Adding a Path for loader

• To add path for loader update the environment variable LD_LIBRARY_PATH, otherwise, the loader will not look for your shared library.
• Command export LD_LIBRARY_PATH=$LD_LIBRARY_PATH:..
• add it to '.bashrc file.' in home directory.
• An example of this is needing to to load the List API library that we will use in the course and need this when we link the A1 parser library with a main program that would test it

Compiling a List Library

• Your assignments will use a simple list library, and the sample code file include LinkedLIstAPI.c, LinkedListAPI.h, StructLIstDemo.c.
• Example:
  • Compile library (more on it in this lecture), and demo which includes library headers location, respective binary file, and respective library binary file.

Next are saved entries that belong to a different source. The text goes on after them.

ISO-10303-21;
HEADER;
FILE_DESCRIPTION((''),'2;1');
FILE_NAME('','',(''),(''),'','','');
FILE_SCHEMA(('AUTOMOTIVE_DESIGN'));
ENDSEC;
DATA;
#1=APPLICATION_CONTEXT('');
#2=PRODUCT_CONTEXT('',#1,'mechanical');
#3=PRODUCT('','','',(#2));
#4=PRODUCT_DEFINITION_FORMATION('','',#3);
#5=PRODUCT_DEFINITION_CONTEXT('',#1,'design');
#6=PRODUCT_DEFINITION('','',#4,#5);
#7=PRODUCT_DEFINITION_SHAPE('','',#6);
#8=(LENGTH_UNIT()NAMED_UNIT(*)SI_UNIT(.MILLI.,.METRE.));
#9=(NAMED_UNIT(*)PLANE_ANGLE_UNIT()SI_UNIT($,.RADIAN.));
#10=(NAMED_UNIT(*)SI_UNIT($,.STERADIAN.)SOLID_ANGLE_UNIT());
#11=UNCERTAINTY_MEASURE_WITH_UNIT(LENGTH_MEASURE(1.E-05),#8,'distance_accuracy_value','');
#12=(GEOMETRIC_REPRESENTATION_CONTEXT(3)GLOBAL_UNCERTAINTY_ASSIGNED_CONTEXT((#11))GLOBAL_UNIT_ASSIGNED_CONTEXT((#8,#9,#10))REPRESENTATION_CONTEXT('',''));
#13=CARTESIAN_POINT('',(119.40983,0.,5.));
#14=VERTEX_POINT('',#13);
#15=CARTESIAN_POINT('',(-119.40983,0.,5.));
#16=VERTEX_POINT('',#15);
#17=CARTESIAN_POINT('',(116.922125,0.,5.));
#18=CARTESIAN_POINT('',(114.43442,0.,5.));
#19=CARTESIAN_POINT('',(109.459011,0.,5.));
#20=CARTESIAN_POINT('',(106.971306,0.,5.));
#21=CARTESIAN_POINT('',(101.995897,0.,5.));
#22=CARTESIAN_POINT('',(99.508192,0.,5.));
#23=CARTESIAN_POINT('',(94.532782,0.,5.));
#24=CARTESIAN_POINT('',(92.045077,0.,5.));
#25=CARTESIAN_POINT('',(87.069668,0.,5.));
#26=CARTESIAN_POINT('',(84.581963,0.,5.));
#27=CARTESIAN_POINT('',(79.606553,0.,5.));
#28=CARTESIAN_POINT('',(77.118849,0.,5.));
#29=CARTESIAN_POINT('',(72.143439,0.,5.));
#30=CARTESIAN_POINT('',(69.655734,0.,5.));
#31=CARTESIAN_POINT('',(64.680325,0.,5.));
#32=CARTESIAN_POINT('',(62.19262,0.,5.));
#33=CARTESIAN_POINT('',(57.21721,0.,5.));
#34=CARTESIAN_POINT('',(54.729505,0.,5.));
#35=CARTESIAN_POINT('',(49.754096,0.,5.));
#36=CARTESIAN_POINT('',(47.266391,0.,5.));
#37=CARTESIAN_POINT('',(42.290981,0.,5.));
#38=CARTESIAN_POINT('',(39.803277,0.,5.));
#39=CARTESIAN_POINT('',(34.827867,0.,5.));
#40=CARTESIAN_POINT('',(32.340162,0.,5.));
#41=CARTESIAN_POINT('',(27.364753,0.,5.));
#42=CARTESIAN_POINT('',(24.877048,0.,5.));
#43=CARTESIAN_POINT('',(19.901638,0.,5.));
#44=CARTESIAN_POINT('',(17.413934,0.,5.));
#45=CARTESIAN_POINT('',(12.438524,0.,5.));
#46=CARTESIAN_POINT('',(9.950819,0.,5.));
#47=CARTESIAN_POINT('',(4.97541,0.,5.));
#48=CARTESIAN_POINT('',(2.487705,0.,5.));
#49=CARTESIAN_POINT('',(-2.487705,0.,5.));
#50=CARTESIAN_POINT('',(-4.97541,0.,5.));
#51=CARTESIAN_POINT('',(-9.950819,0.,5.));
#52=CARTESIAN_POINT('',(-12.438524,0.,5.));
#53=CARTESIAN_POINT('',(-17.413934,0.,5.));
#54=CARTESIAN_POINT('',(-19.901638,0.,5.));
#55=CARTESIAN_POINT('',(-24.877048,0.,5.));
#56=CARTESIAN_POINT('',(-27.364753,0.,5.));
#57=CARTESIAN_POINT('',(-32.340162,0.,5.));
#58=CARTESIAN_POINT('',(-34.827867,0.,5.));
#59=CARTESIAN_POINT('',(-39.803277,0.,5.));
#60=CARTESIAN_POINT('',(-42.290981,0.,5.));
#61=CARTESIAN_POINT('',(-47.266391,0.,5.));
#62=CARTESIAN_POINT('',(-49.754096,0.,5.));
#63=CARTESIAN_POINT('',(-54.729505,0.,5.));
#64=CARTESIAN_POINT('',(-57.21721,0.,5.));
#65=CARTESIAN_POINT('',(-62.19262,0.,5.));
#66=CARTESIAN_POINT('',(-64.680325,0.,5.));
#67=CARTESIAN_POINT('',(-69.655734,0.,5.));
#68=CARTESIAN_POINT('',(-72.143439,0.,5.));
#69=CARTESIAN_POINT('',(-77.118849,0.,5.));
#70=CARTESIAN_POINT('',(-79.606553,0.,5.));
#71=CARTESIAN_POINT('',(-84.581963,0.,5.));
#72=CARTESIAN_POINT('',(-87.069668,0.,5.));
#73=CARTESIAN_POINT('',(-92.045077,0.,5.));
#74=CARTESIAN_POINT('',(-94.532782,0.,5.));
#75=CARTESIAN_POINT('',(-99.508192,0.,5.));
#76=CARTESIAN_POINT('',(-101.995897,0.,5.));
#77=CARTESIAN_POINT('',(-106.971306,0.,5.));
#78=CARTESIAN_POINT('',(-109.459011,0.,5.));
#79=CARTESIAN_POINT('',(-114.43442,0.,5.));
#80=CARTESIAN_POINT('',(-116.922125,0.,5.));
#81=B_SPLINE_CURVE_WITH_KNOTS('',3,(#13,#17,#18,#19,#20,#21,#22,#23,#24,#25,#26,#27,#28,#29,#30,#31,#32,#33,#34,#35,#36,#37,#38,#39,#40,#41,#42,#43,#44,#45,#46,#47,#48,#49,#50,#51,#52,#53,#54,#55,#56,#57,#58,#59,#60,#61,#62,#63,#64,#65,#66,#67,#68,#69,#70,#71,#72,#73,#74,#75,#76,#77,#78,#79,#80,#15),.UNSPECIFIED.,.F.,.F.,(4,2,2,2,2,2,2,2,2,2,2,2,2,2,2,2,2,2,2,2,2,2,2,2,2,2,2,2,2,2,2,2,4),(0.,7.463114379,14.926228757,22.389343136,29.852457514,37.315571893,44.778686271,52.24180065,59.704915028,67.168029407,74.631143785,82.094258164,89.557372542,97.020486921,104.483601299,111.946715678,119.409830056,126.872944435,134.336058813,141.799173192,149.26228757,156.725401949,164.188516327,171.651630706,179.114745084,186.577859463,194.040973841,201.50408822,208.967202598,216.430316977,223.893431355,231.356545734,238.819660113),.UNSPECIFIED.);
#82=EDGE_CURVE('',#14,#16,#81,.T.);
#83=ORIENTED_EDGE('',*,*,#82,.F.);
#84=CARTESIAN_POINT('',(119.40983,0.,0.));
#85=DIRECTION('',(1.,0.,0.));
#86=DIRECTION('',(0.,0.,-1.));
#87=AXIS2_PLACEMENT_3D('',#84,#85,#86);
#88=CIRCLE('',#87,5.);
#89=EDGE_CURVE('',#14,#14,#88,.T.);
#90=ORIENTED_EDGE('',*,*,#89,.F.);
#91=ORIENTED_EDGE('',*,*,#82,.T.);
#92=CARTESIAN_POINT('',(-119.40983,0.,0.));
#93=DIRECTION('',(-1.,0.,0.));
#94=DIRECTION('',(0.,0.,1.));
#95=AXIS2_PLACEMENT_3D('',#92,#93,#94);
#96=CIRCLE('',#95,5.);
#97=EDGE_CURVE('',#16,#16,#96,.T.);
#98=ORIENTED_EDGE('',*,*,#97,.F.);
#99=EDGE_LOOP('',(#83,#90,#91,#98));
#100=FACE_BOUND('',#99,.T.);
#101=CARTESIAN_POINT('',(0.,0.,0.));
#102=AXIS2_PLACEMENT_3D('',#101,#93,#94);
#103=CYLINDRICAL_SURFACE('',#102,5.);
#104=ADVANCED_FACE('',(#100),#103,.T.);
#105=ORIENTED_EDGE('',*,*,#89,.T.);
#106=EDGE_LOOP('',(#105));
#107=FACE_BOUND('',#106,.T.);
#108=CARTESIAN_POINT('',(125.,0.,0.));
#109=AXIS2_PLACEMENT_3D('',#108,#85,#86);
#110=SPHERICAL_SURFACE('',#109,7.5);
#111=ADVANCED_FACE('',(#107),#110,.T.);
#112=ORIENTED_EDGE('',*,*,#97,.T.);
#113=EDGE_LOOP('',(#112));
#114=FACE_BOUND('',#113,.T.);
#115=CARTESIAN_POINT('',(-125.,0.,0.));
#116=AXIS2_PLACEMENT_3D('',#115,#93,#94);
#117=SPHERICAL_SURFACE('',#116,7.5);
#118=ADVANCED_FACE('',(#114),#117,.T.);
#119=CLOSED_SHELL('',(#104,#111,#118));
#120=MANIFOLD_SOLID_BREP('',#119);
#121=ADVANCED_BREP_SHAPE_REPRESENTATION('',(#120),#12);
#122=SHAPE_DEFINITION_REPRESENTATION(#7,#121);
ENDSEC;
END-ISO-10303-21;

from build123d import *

# Parameters (mm, degrees)
SZKIC1_W = 125
SZKIC1_H = 5


with BuildPart() as part:
    # Szkic1 → Obrót1 (revolve)
    with BuildSketch(Plane.XY, mode=Mode.PRIVATE) as obr_t1_sk:
        with Locations((62.5, 2.5)):
            Rectangle(SZKIC1_W, SZKIC1_H)
    obr_t1 = revolve(obr_t1_sk.sketch.rotate(Axis((0, 0, 0), (1, 0, 0)), 90), axis=Axis((0, 0, 0), (1, 0, 0)))

    # Szkic2 → Obrót3 (revolve)
    with BuildSketch(Plane(origin=(125, 0, 0), x_dir=(0, 0, -1), z_dir=(1, 0, 0))):
        with BuildLine():
            Line((-7.5, 0), (7.5, 0))
            ThreePointArc((7.5, 0), (0, 7.5), (-7.5, 0))
        make_face()
    obr_t3 = revolve(axis=Axis((125, 0, 7.5), (0, 0, -1)))

    # Lustro1: Obrót1, Obrót3 across plane
    add(obr_t1.mirror(Plane(origin=(0, 0, 0), x_dir=(0, 0, 1), z_dir=(1, 0, 0))))
    add(obr_t3.mirror(Plane(origin=(0, 0, 0), x_dir=(0, 0, 1), z_dir=(1, 0, 0))))


solid = part.part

Further Compilation of List Library

• For can compile library using provided Makefile which creates binary file called liblist.so .
• linker refers to list- this convention will explained later as the notes go on.
• Compiling the executable demo file using gcc StructListDemo.c produces bunch of errors.
• This the component of the is made for compiler toolchain who generate this is it error.
  • solution have to tell linker what to is link where do.
• Run gcc StructListDemo.c -l -llist and where
  • -L tells linker to look for 'a library" the at
  • Linker called in library called -list "

Loader and Running Files

• When execution new gets, or, loader' to current directory.
• Run the executable via current-directory: './StructListDemo; error while loading shared -liblist.so shared directory

Makefiles

• The make utility executes a sequence of commands from a description file
• It is generally used to create executables, but it can perform other tasks such as removing the status of a project, packaging multiplefiles,files, installing fi filesdirectories,a or building libraries
• The make utility is just one of many tools for generating executables as the ant utility for Java is similar and Cmake is another improved make utility that developers can use. and the compiler for Java is similar and Cmake is another improved make utility that developers can use.
• However, make are iscommon, so this stick with it

Compiler Toolchain and Makefiles

• make utility is a completely separate, unrelatedentity.
• Then utility passflags, to compiles and libraries

Makefiles and The Vanilla Apporoach

• makefiles have a many effective ways to achieve tasks.
• Programmers' ways of coding then and good. to makefiles is incantations
• We straightforward and so. to you
• In a bad

Examining Makefiles

• Examined make, date is file
• Build then make.
• The compiled file that is of a now with

Makefile Structure

• Each entry in the make file consists of three parts:
  • Targets
  • Pre-requesites or dependencies
  • Command Lines

myprog: myprog.c myprog.h
gcc myprog.c -o myprog

Target

• A target is a particular make file entry aims to build
• a target is a can be, or e.g. librecord. so and later

Prerequisites

• Files to to be "buildable"
• if want to if file's then

Efficiency of Makefiles

• a. Recompiling slow

Command Line

• The to it utility with.
• with tab
• Single tab characters

Invoking Make

Typing only: make at the command line will look for either a file named Makefile or makefile and build the first target that appears in the file.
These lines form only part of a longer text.